## TASK BRIEF:
Output, word for word, the lines of this listing that fall between the line with "f 47 410 408" and the line with "f 522 520 94", counting both of those lines, and no others.

↓

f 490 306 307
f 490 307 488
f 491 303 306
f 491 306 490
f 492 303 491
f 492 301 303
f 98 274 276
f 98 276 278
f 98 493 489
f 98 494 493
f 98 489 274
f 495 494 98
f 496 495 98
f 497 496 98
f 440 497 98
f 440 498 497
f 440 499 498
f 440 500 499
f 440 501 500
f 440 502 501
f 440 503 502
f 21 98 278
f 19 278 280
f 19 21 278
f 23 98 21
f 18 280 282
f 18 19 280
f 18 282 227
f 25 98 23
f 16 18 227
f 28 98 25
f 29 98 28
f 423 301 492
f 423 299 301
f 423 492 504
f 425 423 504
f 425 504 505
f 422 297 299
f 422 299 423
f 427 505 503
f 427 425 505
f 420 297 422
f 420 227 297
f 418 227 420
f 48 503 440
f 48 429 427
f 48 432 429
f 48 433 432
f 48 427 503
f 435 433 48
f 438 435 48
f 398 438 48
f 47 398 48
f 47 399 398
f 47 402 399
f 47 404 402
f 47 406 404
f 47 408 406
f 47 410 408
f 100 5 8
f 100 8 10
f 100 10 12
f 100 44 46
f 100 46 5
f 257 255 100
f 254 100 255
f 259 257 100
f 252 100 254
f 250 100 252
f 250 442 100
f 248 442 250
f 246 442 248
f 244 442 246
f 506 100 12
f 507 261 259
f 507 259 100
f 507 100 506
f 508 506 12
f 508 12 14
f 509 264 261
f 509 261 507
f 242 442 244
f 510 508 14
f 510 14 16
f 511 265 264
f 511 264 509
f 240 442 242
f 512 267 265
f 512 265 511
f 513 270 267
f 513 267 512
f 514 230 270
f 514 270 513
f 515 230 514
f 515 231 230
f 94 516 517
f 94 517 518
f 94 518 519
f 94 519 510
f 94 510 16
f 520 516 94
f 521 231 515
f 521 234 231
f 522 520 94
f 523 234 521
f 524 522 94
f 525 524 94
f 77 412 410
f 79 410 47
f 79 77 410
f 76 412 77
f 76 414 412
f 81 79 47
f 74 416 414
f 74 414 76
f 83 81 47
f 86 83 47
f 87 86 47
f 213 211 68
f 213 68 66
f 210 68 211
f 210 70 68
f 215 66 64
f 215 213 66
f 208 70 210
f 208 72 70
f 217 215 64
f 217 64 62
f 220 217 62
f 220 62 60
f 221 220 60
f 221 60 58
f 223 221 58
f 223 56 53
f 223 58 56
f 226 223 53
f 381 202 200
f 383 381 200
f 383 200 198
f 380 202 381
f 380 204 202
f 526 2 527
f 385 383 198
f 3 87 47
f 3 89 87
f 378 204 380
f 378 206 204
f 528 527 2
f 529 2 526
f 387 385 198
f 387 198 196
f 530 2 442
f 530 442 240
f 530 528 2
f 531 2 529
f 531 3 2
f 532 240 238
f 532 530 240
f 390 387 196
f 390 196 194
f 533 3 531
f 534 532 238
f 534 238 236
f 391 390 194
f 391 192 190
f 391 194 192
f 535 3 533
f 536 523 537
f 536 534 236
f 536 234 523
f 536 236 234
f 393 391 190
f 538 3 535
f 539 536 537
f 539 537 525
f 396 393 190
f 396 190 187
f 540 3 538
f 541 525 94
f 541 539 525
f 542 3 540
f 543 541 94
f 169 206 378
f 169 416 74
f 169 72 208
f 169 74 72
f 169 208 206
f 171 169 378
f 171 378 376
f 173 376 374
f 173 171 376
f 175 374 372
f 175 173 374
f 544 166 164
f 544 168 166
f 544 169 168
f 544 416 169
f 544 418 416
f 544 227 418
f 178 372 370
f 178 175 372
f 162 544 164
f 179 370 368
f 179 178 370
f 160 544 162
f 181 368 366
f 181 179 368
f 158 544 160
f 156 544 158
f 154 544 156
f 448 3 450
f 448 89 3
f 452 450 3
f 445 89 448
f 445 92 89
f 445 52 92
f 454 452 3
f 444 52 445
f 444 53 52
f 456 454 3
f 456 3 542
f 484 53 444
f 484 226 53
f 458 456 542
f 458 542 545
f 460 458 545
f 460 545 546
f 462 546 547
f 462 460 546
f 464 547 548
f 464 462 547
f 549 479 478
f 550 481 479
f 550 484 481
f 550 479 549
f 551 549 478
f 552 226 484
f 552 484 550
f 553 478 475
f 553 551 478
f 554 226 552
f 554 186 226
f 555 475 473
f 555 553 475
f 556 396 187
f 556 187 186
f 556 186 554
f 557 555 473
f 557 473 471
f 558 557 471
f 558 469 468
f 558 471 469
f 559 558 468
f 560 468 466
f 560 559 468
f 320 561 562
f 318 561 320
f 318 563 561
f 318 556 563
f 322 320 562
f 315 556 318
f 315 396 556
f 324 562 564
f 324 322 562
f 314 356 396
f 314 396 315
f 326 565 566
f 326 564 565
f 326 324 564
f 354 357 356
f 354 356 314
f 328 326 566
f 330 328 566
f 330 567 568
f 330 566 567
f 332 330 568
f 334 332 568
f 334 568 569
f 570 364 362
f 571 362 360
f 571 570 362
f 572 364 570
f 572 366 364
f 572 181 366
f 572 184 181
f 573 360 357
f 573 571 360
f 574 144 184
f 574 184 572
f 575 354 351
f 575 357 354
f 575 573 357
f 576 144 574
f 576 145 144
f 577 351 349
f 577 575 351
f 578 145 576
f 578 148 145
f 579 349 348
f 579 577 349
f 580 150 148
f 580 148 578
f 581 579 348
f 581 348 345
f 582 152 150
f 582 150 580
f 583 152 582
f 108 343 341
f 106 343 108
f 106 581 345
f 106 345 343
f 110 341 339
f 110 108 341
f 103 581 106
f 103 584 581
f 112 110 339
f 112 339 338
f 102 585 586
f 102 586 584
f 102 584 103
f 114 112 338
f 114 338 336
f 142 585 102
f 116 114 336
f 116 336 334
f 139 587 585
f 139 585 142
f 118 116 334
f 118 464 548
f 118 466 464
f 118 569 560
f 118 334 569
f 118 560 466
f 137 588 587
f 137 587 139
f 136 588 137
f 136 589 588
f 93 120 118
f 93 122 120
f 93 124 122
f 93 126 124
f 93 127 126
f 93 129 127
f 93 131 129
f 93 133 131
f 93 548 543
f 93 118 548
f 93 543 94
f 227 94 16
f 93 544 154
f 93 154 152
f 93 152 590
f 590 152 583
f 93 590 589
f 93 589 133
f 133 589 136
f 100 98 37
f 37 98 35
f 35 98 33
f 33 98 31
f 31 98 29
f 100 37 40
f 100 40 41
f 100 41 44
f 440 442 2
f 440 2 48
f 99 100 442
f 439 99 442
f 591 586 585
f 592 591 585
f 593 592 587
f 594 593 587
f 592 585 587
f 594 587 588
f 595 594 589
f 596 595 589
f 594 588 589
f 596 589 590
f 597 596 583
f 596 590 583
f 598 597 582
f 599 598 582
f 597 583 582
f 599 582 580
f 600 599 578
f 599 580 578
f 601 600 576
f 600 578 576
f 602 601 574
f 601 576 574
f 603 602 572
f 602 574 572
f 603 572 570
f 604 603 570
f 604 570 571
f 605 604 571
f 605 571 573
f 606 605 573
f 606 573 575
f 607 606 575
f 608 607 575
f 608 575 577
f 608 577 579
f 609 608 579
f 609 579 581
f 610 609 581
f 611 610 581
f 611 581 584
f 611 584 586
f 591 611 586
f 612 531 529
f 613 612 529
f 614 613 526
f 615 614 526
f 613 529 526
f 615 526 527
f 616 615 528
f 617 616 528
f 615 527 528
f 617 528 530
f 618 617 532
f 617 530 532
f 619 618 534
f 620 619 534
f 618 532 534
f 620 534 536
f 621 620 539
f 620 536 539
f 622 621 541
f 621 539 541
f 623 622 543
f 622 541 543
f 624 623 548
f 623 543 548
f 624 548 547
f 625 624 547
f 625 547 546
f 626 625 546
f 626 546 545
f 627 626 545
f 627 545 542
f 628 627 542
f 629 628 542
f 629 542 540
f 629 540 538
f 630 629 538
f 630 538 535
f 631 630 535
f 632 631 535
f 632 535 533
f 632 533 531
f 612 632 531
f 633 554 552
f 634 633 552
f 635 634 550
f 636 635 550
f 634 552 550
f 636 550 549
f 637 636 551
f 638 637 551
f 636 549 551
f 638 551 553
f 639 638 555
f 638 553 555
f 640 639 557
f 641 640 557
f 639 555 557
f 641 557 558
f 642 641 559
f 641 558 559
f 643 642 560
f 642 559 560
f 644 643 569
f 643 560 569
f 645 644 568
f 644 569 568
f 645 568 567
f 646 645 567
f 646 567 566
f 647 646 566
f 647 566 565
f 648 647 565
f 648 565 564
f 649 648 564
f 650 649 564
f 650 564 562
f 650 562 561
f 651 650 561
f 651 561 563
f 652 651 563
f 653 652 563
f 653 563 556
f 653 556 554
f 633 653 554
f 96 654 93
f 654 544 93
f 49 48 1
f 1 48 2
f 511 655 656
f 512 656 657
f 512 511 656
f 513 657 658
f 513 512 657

↑

## WRITTEN ANSWER:
f 47 410 408
f 100 5 8
f 100 8 10
f 100 10 12
f 100 44 46
f 100 46 5
f 257 255 100
f 254 100 255
f 259 257 100
f 252 100 254
f 250 100 252
f 250 442 100
f 248 442 250
f 246 442 248
f 244 442 246
f 506 100 12
f 507 261 259
f 507 259 100
f 507 100 506
f 508 506 12
f 508 12 14
f 509 264 261
f 509 261 507
f 242 442 244
f 510 508 14
f 510 14 16
f 511 265 264
f 511 264 509
f 240 442 242
f 512 267 265
f 512 265 511
f 513 270 267
f 513 267 512
f 514 230 270
f 514 270 513
f 515 230 514
f 515 231 230
f 94 516 517
f 94 517 518
f 94 518 519
f 94 519 510
f 94 510 16
f 520 516 94
f 521 231 515
f 521 234 231
f 522 520 94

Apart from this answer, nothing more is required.